Early in the film, there is a brilliantly staged tête-à-tête between Toller and Michael that most audiences probably will grow bored of. There is no music to cheaply prompt emotion, no exotic camera angles to jar us to revelation, but simply an unmoving two-shot of the two men seated and one-shots that cut back-and-forth from one speaker’s face to the other. It is a philosophical push-pull that is more literary than cinematic, in the best way possible. Toller tells of his tragic past, of the things that brought him to become a pariah of sorts at First Reformed, and Michael makes the very legitimate case for ecological doom, the upshot of which would be a terrible life for their child. Toller is moved by Michael’s commitment and rationale. A man who has not been legitimately needed for some time, Toller finds the debate exhilarating, and his chance to advise brings out his best ideas. For Toller, “Wisdom is holding two contradictory truths in our mind simultaneously, hope and despair … Holding these two ideas in our head is life itself.” That’s all Schrader, delivered by a concerned and earnest Ethan Hawke, and it makes the scene itself worth watching as a standalone.

But First Reformed is not a dialogic film, in the tradition of Linklater’s Before Trilogy or Barry Levinson’s paradigmatic Diner (1982). It is as if Taxi Driver was directed by an art-house director. Instead of the garishness of New York that Scorsese brought us in his film, First Reformed, in an attempt to mimic it surroundings and the mind of its protagonist, is filmed without trappings (the immediate comparison, although a different film, is David Lowery’s A Ghost Story from 2017). Schrader uses barely any music, and shoots the entire film in a 1:1 ratio (basically, the format, instead of filling the entire screen, is a symmetrical box in that fills an even two-thirds of it). There is almost no camera movement. The film causes us to be still, and in turn, replaces the impetus from the director onto the viewer to do the interpretive work.

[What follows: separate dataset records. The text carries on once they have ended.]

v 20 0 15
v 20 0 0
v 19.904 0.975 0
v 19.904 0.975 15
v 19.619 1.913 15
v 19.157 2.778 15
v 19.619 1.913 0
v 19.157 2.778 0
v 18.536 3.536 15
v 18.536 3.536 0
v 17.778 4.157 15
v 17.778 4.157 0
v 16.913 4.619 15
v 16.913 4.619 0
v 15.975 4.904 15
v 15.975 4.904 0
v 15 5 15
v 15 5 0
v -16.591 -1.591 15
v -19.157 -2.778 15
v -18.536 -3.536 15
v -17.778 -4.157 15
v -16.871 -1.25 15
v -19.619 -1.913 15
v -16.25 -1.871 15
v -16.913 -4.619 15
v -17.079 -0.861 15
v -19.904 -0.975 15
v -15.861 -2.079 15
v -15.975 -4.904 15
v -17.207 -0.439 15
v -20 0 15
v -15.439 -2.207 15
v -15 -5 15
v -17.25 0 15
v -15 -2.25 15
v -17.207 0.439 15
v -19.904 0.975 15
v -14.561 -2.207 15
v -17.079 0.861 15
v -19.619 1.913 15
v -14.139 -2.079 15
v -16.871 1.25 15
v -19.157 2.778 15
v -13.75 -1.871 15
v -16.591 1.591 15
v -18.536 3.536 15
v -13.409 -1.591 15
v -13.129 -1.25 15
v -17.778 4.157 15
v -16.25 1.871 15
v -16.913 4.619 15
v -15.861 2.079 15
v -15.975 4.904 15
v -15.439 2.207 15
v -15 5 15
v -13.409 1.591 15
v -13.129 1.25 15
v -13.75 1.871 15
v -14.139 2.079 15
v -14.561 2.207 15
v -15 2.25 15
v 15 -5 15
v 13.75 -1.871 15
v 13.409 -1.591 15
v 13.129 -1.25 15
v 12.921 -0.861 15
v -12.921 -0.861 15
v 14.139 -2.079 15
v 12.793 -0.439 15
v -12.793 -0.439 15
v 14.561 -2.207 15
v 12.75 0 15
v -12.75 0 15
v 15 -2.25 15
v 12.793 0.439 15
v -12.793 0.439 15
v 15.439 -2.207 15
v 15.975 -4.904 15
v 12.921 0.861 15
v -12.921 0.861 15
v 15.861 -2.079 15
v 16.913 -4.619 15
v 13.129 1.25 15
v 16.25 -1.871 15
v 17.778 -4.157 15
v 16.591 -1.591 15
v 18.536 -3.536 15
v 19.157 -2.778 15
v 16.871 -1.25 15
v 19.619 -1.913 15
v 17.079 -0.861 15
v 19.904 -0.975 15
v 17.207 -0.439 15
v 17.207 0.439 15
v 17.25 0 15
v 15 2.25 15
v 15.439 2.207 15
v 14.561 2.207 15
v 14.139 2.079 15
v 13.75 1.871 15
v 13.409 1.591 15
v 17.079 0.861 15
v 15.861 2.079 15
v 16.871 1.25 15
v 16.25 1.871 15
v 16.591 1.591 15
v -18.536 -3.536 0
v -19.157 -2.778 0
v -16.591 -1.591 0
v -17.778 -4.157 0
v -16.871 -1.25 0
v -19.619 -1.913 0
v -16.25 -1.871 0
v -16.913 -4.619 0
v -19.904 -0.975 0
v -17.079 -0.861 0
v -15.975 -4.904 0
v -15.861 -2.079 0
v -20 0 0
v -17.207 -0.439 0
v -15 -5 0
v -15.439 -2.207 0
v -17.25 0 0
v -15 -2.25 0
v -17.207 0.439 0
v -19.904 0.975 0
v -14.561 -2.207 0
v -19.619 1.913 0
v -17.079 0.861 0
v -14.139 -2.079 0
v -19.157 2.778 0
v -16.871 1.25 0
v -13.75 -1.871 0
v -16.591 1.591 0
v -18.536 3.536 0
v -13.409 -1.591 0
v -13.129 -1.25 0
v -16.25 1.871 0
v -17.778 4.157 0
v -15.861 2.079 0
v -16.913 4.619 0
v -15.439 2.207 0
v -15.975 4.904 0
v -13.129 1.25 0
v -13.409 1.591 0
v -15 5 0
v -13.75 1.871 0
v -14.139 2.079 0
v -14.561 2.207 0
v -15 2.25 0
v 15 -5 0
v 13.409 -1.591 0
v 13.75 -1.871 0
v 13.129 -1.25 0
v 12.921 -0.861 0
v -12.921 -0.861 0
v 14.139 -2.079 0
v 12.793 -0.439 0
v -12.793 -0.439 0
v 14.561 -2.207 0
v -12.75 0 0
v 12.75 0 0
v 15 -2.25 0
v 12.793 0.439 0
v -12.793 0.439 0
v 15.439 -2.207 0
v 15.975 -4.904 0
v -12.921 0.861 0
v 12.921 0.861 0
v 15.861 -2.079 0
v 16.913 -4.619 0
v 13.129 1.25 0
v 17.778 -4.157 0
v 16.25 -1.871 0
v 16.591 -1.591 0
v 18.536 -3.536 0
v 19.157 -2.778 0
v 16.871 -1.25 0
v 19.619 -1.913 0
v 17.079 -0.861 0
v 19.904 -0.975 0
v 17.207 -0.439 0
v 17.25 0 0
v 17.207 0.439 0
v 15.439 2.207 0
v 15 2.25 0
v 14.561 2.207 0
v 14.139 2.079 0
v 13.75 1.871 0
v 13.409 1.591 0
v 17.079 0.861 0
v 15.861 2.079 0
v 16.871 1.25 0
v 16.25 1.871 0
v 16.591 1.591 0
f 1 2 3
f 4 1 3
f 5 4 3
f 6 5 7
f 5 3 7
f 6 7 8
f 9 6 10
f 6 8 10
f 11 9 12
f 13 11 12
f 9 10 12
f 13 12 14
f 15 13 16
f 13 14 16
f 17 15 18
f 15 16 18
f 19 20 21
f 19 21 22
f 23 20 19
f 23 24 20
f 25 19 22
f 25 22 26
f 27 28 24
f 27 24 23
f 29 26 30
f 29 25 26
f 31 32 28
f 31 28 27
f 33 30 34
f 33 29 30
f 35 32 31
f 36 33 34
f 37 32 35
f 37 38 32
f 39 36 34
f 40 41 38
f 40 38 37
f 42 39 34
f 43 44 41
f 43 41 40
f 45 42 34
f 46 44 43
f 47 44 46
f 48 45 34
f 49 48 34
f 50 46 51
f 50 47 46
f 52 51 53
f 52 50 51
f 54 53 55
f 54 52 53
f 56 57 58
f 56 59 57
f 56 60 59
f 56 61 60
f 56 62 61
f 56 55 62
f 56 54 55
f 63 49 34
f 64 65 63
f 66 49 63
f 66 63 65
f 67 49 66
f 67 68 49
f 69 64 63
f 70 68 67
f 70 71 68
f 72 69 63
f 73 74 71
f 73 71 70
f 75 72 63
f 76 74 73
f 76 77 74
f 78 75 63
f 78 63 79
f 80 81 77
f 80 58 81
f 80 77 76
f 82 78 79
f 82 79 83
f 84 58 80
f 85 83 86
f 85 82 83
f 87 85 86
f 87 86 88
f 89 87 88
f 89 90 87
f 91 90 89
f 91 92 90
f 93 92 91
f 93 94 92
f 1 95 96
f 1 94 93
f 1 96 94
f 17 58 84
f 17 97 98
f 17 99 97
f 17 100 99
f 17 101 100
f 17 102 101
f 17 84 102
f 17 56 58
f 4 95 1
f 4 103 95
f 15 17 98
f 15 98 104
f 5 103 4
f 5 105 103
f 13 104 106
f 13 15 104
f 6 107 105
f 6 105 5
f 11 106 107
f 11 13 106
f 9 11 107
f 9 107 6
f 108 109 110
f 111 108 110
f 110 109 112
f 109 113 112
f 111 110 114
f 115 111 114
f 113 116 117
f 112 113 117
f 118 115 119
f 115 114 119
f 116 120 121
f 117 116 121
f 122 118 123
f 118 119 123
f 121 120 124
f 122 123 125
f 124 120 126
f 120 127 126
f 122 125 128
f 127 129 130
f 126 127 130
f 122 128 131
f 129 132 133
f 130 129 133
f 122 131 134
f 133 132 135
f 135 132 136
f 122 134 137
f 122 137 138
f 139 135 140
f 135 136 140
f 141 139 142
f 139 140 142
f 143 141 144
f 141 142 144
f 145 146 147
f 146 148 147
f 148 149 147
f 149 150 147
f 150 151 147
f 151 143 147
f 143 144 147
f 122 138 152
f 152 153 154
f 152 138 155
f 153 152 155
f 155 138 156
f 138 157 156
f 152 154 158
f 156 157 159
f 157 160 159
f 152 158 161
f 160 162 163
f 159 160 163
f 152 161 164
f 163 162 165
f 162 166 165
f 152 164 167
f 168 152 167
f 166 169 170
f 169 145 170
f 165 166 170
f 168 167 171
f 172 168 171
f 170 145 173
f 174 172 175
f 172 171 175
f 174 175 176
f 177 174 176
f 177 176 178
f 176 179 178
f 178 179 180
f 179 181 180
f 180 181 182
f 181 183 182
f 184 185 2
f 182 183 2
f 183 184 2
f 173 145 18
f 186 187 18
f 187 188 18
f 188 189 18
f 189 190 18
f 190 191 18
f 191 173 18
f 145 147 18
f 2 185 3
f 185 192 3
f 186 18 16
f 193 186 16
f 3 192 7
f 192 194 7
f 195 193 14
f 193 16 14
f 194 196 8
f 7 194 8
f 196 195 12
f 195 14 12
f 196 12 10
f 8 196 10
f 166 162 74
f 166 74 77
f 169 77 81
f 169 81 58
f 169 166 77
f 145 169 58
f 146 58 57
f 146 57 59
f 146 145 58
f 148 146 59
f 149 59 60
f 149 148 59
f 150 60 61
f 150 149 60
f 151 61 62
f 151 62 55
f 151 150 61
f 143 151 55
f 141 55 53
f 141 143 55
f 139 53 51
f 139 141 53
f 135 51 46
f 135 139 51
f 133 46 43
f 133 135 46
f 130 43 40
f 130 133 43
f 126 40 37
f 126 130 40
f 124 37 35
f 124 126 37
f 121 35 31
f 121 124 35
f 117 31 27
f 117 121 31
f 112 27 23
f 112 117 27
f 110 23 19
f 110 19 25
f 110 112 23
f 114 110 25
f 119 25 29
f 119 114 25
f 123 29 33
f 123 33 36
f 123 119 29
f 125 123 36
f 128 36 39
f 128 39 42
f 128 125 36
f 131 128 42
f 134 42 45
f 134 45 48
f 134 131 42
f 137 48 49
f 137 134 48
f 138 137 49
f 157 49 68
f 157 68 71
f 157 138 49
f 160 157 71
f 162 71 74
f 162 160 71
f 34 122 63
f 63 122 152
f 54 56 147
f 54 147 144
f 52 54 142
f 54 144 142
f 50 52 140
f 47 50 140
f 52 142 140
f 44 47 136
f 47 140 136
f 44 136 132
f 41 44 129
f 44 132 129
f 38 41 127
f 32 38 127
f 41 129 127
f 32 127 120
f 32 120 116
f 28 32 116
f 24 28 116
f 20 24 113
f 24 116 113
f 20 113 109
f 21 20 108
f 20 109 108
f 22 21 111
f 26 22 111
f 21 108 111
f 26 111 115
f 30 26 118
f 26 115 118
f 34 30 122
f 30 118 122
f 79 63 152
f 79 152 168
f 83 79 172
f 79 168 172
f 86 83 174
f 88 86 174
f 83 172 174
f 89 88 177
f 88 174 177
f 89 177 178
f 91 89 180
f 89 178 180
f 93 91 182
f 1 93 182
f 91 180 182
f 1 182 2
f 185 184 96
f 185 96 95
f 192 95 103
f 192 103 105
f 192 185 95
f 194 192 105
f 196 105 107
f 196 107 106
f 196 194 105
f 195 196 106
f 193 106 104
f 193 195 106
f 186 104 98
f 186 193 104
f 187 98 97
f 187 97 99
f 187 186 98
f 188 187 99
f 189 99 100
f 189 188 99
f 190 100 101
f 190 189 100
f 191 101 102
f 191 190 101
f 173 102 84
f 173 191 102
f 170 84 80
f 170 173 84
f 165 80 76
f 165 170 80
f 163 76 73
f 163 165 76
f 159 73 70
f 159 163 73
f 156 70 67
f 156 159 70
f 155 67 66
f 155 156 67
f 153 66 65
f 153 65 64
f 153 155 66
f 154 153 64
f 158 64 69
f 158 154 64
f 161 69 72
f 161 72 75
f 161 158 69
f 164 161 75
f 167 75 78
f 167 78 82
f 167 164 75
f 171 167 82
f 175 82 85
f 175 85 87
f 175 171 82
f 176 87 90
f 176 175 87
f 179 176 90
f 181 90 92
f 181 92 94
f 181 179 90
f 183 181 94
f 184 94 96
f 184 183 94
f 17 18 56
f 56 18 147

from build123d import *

# Parameters (mm, degrees)
F0_R     = 2.25
F1_DEPTH = 15


with BuildPart() as f1:
    # F0 (on Top) → F1 (new body)
    with BuildSketch(Plane.XY):
        with BuildLine():
            ThreePointArc((20, 0), (18.535534, 3.535534), (15, 5))
            Line((15, 5), (-15, 5))
            ThreePointArc((-15, 5), (-18.535534, 3.535534), (-20, 0))
            ThreePointArc((-20, 0), (-18.535534, -3.535534), (-15, -5))
            Line((-15, -5), (15, -5))
            ThreePointArc((15, -5), (18.535534, -3.535534), (20, 0))
        make_face()
        with Locations((-15, 0)):
            Circle(F0_R, mode=Mode.SUBTRACT)
        with Locations((15, 0)):
            Circle(F0_R, mode=Mode.SUBTRACT)
    extrude(amount=F1_DEPTH)


solid = f1.part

First Reformed is a film everyone should see, simply because it is born of an entirely different artistic ilk. It is, some may say, an arduous film. Although gripping, at times it is purposely difficult, a “slog,” that rewards concentration and cogitation (think Phantom Thread, but bleaker). You have to meet the film more than halfway, but if you are OK with that, you will be handsomely compensated. The devastating final sequence, where Schrader takes all of his aesthetic austerity and synergizes it into an orgiastic frenzy, clenching every nerve in eye, body and brain, is among the most provocative scenes I’ve seen of late. Hawke puts together his eerie, disturbed stoicism with cellular precision. And although there are other characters in Seyfriend, Kyles, and a perfectly late-capitalist businessman, played by Michael Gaston, First Reformed is fifty-percent Ethan Hawke, and fifty-percent ascetic purpose. Just as Travis Bickle keeps a journal, so does Reverend Toller, an idea Schrader says he originally mined from Robert Bresson’s Pickpocket (1959), and the earlier Diary of a Country Priest (1951). The film itself is just as fastidiously constructed as one might imagine the pages of a priestly diary might be. It serves the film literate in recognizable ways. The minimalist aesthetics work to aid understanding. It is a film that forces the viewer to form their own opinion. The only problem with it may be: how many people are willing to do that?